Ich frage sie dann: „Was ist denn nach Ihrer Meinung diese berühmte Phantasie, nicht nur die meine, auch die seine, ihre oder die der anderen?"
Und alle geben ungefähr die gleiche Erklärung:
Die Phantasie sitzt in einem Lappen des Gehirns, der bei begabten Menschen, zu denen man auch den Romanschriftsteller zählt, besonders stark ausgebildet ist. Oder sogar, daß die Einbildungskraft eine Art zusätzliches Organ sei, das sich ebenfalls im Schädel besonders der Langköpfi-gen befinde, weil bei ihnen mehr Platz dafür sei als bei den anderen. Ein inneres Organ also oder eine Drüse, eine Art Mark mit einem Eigenleben, das, plötzlich durch besondere Einflüsse angeregt, ein seltsames Produkt auszuscheiden beginnt, das ziemlich monströs und verdächtig, andererseits aber auch wunderbar ist und jedenfalls zweifellos ganz spontan auftritt.
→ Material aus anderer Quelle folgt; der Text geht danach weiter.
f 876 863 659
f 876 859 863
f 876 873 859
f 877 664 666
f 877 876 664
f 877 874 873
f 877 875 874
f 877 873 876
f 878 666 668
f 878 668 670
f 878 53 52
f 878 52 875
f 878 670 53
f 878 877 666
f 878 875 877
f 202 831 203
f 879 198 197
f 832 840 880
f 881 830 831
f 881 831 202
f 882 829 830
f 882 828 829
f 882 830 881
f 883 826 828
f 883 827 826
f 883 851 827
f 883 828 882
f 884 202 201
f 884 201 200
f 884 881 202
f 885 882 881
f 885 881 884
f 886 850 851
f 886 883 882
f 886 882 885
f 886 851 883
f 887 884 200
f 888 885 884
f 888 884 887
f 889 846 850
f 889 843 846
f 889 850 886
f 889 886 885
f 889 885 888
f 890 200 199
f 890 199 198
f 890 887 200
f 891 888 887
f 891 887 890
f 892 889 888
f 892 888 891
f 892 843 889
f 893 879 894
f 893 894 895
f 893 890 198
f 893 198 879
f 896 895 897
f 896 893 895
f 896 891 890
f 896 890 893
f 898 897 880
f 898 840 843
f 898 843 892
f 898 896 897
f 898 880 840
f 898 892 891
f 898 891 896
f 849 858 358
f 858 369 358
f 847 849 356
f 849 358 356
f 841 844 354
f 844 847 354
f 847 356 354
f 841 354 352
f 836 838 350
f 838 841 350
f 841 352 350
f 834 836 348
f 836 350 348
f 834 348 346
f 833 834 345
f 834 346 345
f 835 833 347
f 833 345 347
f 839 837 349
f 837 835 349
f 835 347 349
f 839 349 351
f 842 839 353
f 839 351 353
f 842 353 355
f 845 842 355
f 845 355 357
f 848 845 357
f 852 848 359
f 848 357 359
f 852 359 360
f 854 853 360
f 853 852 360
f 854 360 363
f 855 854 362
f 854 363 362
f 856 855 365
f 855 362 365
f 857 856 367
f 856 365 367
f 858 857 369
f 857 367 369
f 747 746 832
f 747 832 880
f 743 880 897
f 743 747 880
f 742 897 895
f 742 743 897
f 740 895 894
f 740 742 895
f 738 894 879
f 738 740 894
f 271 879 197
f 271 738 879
Man erlebt also eine wirklich ,spontane Schöpfung'.
Diese Drüse hat man, oder man hat sie nicht. Entweder ist sie winzig, zusammengeschrumpft in einer Ecke, verkümmert und steril, so daß man alle Mühe hat, auch nur die einfachsten Sachen zu erzählen, z. B. wie man am Morgen seinen Kaffee kocht.
Oder sie ist enorm, diese Drüse, unkontrollierbar wuchernd, und man schreibt Romane, erzählt Geschichten, in denen man nur einsammelt, was sie einem im Überfluß schenkt. Eigentlich braucht man sich nur an seinen Schreibtisch zu setzen, die Feder zu ergreifen, die richtige Schreibposition einzunehmen, und schon beginnt die besagte Drüse zu funktionieren. Man muß dann lediglich die Schreibhand führen.